-- Assignment --
After reading the entries below, copy word for word the lines from the first through the line containing "# Sketch001 → Pocket (cut, through all)", and stop there.

-- Extracted data --
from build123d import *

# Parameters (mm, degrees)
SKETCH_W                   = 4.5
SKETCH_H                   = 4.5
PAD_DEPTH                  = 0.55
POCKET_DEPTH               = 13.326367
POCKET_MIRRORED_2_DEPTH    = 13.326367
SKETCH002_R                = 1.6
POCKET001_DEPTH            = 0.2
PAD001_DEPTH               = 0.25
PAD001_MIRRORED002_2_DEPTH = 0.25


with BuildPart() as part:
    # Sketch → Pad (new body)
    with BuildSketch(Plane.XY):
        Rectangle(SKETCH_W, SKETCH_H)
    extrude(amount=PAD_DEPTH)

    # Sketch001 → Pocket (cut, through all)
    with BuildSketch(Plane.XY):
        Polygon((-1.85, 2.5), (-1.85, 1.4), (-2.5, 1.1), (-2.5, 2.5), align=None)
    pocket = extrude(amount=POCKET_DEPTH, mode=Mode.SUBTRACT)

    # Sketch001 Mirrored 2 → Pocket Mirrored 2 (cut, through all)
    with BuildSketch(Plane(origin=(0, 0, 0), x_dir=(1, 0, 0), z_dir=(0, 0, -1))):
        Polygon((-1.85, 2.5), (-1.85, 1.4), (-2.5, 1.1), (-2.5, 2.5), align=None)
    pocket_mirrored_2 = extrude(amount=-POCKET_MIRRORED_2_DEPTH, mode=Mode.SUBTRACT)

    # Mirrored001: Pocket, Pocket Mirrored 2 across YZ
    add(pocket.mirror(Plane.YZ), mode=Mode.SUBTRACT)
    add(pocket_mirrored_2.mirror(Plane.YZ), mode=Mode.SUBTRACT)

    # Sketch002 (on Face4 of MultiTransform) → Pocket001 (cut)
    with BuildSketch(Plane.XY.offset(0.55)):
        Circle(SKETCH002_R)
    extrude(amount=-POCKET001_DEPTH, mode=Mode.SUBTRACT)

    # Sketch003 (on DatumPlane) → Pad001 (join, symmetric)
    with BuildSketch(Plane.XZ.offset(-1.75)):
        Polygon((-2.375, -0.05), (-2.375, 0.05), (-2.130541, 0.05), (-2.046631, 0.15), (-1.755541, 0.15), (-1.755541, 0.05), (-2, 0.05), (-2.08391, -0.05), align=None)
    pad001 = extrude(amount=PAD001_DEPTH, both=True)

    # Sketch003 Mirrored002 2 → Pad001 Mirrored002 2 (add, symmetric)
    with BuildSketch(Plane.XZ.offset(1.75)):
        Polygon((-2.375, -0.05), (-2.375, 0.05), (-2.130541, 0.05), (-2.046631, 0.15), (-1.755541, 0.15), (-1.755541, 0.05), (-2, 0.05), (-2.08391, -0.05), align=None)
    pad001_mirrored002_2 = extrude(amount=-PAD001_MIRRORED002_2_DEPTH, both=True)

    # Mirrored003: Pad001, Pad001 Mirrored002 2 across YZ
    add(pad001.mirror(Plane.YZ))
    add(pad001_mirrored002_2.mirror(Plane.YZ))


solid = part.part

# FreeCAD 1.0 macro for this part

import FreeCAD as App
import Part
import Sketcher
Q = App.Units.Quantity

doc = App.newDocument("Part")
body = doc.addObject("PartDesign::Body", "Body")

# Sketch on XY plane
sketch1 = body.newObject("Sketcher::SketchObject", "Sketch")
sketch1.AttachmentSupport = (doc.getObject("XY_Plane"), [""])
sketch1.MapMode = "FlatFace"
sketch1.addGeometry([
    Part.LineSegment(App.Vector(-2.2, 2.2, 0), App.Vector(-2.2, -2.2, 0)),
    Part.LineSegment(App.Vector(-2.2, -2.2, 0), App.Vector(2.2, -2.2, 0)),
    Part.LineSegment(App.Vector(2.2, -2.2, 0), App.Vector(2.2, 2.2, 0)),
    Part.LineSegment(App.Vector(2.2, 2.2, 0), App.Vector(-2.2, 2.2, 0)),
], False)
sketch1.addConstraint([
    Sketcher.Constraint("Coincident", 0, 2, 1, 1),
    Sketcher.Constraint("Coincident", 1, 2, 2, 1),
    Sketcher.Constraint("Coincident", 2, 2, 3, 1),
    Sketcher.Constraint("Coincident", 3, 2, 0, 1),
    Sketcher.Constraint("Vertical", 0),
    Sketcher.Constraint("Horizontal", 1),
    Sketcher.Constraint("Vertical", 2),
    Sketcher.Constraint("Horizontal", 3),
    Sketcher.Constraint("Symmetric", 0, 2, 2, 2, -1, 1),
    Sketcher.Constraint("Equal", 3, 0),
    Sketcher.Constraint("DistanceX", 1, 1, 1, 2, 4.5),
])
pad1 = body.newObject("PartDesign::Pad", "Pad")
pad1.Profile = sketch1
pad1.Length = 0.55

# Sketch on XY plane
sketch2 = body.newObject("Sketcher::SketchObject", "Sketch001")
sketch2.AttachmentSupport = (doc.getObject("XY_Plane"), [""])
sketch2.MapMode = "FlatFace"
sketch2.addGeometry([
    Part.LineSegment(App.Vector(-1.9, 1.4, 0), App.Vector(-1.9, 2.5, 0)),
    Part.LineSegment(App.Vector(-1.9, 2.5, 0), App.Vector(-2.5, 2.5, 0)),
    Part.LineSegment(App.Vector(-2.5, 2.5, 0), App.Vector(-2.5, 1.1, 0)),
    Part.LineSegment(App.Vector(-2.5, 1.1, 0), App.Vector(-1.9, 1.4, 0)),
], False)
sketch2.addConstraint([
    Sketcher.Constraint("Coincident", 0, 2, 1, 1),
    Sketcher.Constraint("Coincident", 1, 2, 2, 1),
    Sketcher.Constraint("Coincident", 2, 2, 3, 1),
    Sketcher.Constraint("Coincident", 3, 2, 0, 1),
    Sketcher.Constraint("Vertical", 0),
    Sketcher.Constraint("Horizontal", 1),
    Sketcher.Constraint("Vertical", 2),
    Sketcher.Constraint("DistanceY", 0, 1, 0, 2, 1.1),
    Sketcher.Constraint("DistanceY", 2, 2, 2, 1, 1.4),
    Sketcher.Constraint("DistanceX", 1, 2, 1, 1, 0.65),
    Sketcher.Constraint("DistanceY", -1, 1, 0, 2, 2.5),
    Sketcher.Constraint("DistanceX", 1, 2, -1, 1, 2.5),
])
pocket1 = body.newObject("PartDesign::Pocket", "Pocket")
pocket1.Profile = sketch2
pocket1.Type = "ThroughAll"
pocket1.Reversed = True

# Sketch on XY plane
sketch3 = body.newObject("Sketcher::SketchObject", "Sketch002")
sketch3.AttachmentSupport = (doc.getObject("XY_Plane"), [""])
sketch3.MapMode = "FlatFace"
sketch3.addGeometry([
    Part.LineSegment(App.Vector(-1.9, -1.4, 0), App.Vector(-1.9, -2.5, 0)),
    Part.LineSegment(App.Vector(-1.9, -2.5, 0), App.Vector(-2.5, -2.5, 0)),
    Part.LineSegment(App.Vector(-2.5, -2.5, 0), App.Vector(-2.5, -1.1, 0)),
    Part.LineSegment(App.Vector(-2.5, -1.1, 0), App.Vector(-1.9, -1.4, 0)),
], False)
sketch3.addConstraint([
    Sketcher.Constraint("Coincident", 0, 2, 1, 1),
    Sketcher.Constraint("Coincident", 1, 2, 2, 1),
    Sketcher.Constraint("Coincident", 2, 2, 3, 1),
    Sketcher.Constraint("Coincident", 3, 2, 0, 1),
    Sketcher.Constraint("Vertical", 0),
    Sketcher.Constraint("Horizontal", 1),
    Sketcher.Constraint("Vertical", 2),
    Sketcher.Constraint("DistanceY", 0, 2, 0, 1, 1.1),
    Sketcher.Constraint("DistanceY", 2, 1, 2, 2, 1.4),
    Sketcher.Constraint("DistanceX", 1, 2, 1, 1, 0.65),
    Sketcher.Constraint("DistanceY", 0, 2, -1, 1, 2.5),
    Sketcher.Constraint("DistanceX", 1, 2, -1, 1, 2.5),
])
pocket2 = body.newObject("PartDesign::Pocket", "Pocket001")
pocket2.Profile = sketch3
pocket2.Type = "ThroughAll"
pocket2.Reversed = True
doc.recompute()

mirrored = body.newObject("PartDesign::Mirrored", "Mirrored")
mirrored.Originals = [pocket1, pocket2]
mirrored.MirrorPlane = (doc.getObject("YZ_Plane"), [""])
body.Tip = mirrored

# Sketch on XY plane
sketch4 = body.newObject("Sketcher::SketchObject", "Sketch003")
sketch4.AttachmentSupport = (doc.getObject("XY_Plane"), [""])
sketch4.MapMode = "FlatFace"
sketch4.AttachmentOffset = App.Placement(App.Vector(0, 0, 0.55), App.Rotation())
sketch4.addGeometry(Part.Circle(App.Vector(0, 0, 0), App.Vector(0, 0, 1), 1.6), False)
sketch4.addConstraint([
    Sketcher.Constraint("Coincident", 0, 3, -1, 1),
    Sketcher.Constraint("Diameter", 0, 3.2),
])
pocket3 = body.newObject("PartDesign::Pocket", "Pocket002")
pocket3.Profile = sketch4
pocket3.Length = 0.2

# Sketch on XZ plane
sketch5 = body.newObject("Sketcher::SketchObject", "Sketch004")
sketch5.AttachmentSupport = (doc.getObject("XZ_Plane"), [""])
sketch5.MapMode = "FlatFace"
sketch5.AttachmentOffset = App.Placement(App.Vector(0, 0, -1.75), App.Rotation())
sketch5.addGeometry([
    Part.LineSegment(App.Vector(-2.38, 0.05, 0), App.Vector(-2.38, -0.05, 0)),  # 0
    Part.LineSegment(App.Vector(-2.38, -0.05, 0), App.Vector(-2.08, -0.05, 0)),  # 1
    Part.LineSegment(App.Vector(-2.08, -0.05, 0), App.Vector(-2, 0.05, 0)),  # 2
    Part.LineSegment(App.Vector(-2, 0.05, 0), App.Vector(-1.76, 0.05, 0)),  # 3
    Part.LineSegment(App.Vector(-1.76, 0.05, 0), App.Vector(-1.76, 0.15, 0)),  # 4
    Part.LineSegment(App.Vector(-1.76, 0.15, 0), App.Vector(-2.05, 0.15, 0)),  # 5
    Part.LineSegment(App.Vector(-2.05, 0.15, 0), App.Vector(-2.13, 0.05, 0)),  # 6
    Part.LineSegment(App.Vector(-2.13, 0.05, 0), App.Vector(-2.38, 0.05, 0)),  # 7
], False)
sketch5.addConstraint([
    Sketcher.Constraint("Coincident", 0, 2, 1, 1),
    Sketcher.Constraint("Coincident", 1, 2, 2, 1),
    Sketcher.Constraint("Coincident", 2, 2, 3, 1),
    Sketcher.Constraint("Coincident", 3, 2, 4, 1),
    Sketcher.Constraint("Coincident", 4, 2, 5, 1),
    Sketcher.Constraint("Coincident", 5, 2, 6, 1),
    Sketcher.Constraint("Coincident", 6, 2, 7, 1),
    Sketcher.Constraint("Coincident", 7, 2, 0, 1),
    Sketcher.Constraint("Vertical", 0),
    Sketcher.Constraint("Horizontal", 1),
    Sketcher.Constraint("Horizontal", 3),
    Sketcher.Constraint("Vertical", 4),
    Sketcher.Constraint("Horizontal", 5),
    Sketcher.Constraint("Horizontal", 7),
    Sketcher.Constraint("Parallel", 2, 6),
    Sketcher.Constraint("Horizontal", 3, 2, 6, 2),
    Sketcher.Constraint("Equal", 1, 5),
    Sketcher.Constraint("Equal", 3, 7),
    Sketcher.Constraint("Angle", 2, Q("49.999988 deg")),
    Sketcher.Constraint("DistanceY", 0, 2, 0, 1, 0.1),
    Sketcher.Constraint("DistanceX", 2, 2, -1, 1, 2.0),
    Sketcher.Constraint("DistanceY", 0, 2, -1, 1, 0.05),
    Sketcher.Constraint("DistanceX", 0, 2, -1, 1, 2.375),
    Sketcher.Constraint("DistanceX", 3, 1, 3, 2, 0.244459),
])
pad2 = body.newObject("PartDesign::Pad", "Pad001")
pad2.Profile = sketch5
pad2.Length = 0.5
pad2.Midplane = True

# Sketch on XZ plane
sketch6 = body.newObject("Sketcher::SketchObject", "Sketch005")
sketch6.AttachmentSupport = (doc.getObject("XZ_Plane"), [""])
sketch6.MapMode = "FlatFace"
sketch6.AttachmentOffset = App.Placement(App.Vector(0, 0, 1.75), App.Rotation())
sketch6.addGeometry([
    Part.LineSegment(App.Vector(-2.38, 0.05, 0), App.Vector(-2.38, -0.05, 0)),  # 0
    Part.LineSegment(App.Vector(-2.38, -0.05, 0), App.Vector(-2.08, -0.05, 0)),  # 1
    Part.LineSegment(App.Vector(-2.08, -0.05, 0), App.Vector(-2, 0.05, 0)),  # 2
    Part.LineSegment(App.Vector(-2, 0.05, 0), App.Vector(-1.76, 0.05, 0)),  # 3
    Part.LineSegment(App.Vector(-1.76, 0.05, 0), App.Vector(-1.76, 0.15, 0)),  # 4
    Part.LineSegment(App.Vector(-1.76, 0.15, 0), App.Vector(-2.05, 0.15, 0)),  # 5
    Part.LineSegment(App.Vector(-2.05, 0.15, 0), App.Vector(-2.13, 0.05, 0)),  # 6
    Part.LineSegment(App.Vector(-2.13, 0.05, 0), App.Vector(-2.38, 0.05, 0)),  # 7
], False)
sketch6.addConstraint([
    Sketcher.Constraint("Coincident", 0, 2, 1, 1),
    Sketcher.Constraint("Coincident", 1, 2, 2, 1),
    Sketcher.Constraint("Coincident", 2, 2, 3, 1),
    Sketcher.Constraint("Coincident", 3, 2, 4, 1),
    Sketcher.Constraint("Coincident", 4, 2, 5, 1),
    Sketcher.Constraint("Coincident", 5, 2, 6, 1),
    Sketcher.Constraint("Coincident", 6, 2, 7, 1),
    Sketcher.Constraint("Coincident", 7, 2, 0, 1),
    Sketcher.Constraint("Vertical", 0),
    Sketcher.Constraint("Horizontal", 1),
    Sketcher.Constraint("Horizontal", 3),
    Sketcher.Constraint("Vertical", 4),
    Sketcher.Constraint("Horizontal", 5),
    Sketcher.Constraint("Horizontal", 7),
    Sketcher.Constraint("Parallel", 2, 6),
    Sketcher.Constraint("Horizontal", 3, 2, 6, 2),
    Sketcher.Constraint("Equal", 1, 5),
    Sketcher.Constraint("Equal", 3, 7),
    Sketcher.Constraint("Angle", 2, Q("49.999988 deg")),
    Sketcher.Constraint("DistanceY", 0, 2, 0, 1, 0.1),
    Sketcher.Constraint("DistanceX", 2, 2, -1, 1, 2.0),
    Sketcher.Constraint("DistanceY", 0, 2, -1, 1, 0.05),
    Sketcher.Constraint("DistanceX", 0, 2, -1, 1, 2.375),
    Sketcher.Constraint("DistanceX", 3, 1, 3, 2, 0.244459),
])
pad3 = body.newObject("PartDesign::Pad", "Pad002")
pad3.Profile = sketch6
pad3.Length = 0.5
pad3.Midplane = True
doc.recompute()

mirrored2 = body.newObject("PartDesign::Mirrored", "Mirrored001")
mirrored2.Originals = [pad2, pad3]
mirrored2.MirrorPlane = (doc.getObject("YZ_Plane"), [""])
body.Tip = mirrored2

doc.recompute()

-- Answer section --
from build123d import *

# Parameters (mm, degrees)
SKETCH_W                   = 4.5
SKETCH_H                   = 4.5
PAD_DEPTH                  = 0.55
POCKET_DEPTH               = 13.326367
POCKET_MIRRORED_2_DEPTH    = 13.326367
SKETCH002_R                = 1.6
POCKET001_DEPTH            = 0.2
PAD001_DEPTH               = 0.25
PAD001_MIRRORED002_2_DEPTH = 0.25


with BuildPart() as part:
    # Sketch → Pad (new body)
    with BuildSketch(Plane.XY):
        Rectangle(SKETCH_W, SKETCH_H)
    extrude(amount=PAD_DEPTH)

    # Sketch001 → Pocket (cut, through all)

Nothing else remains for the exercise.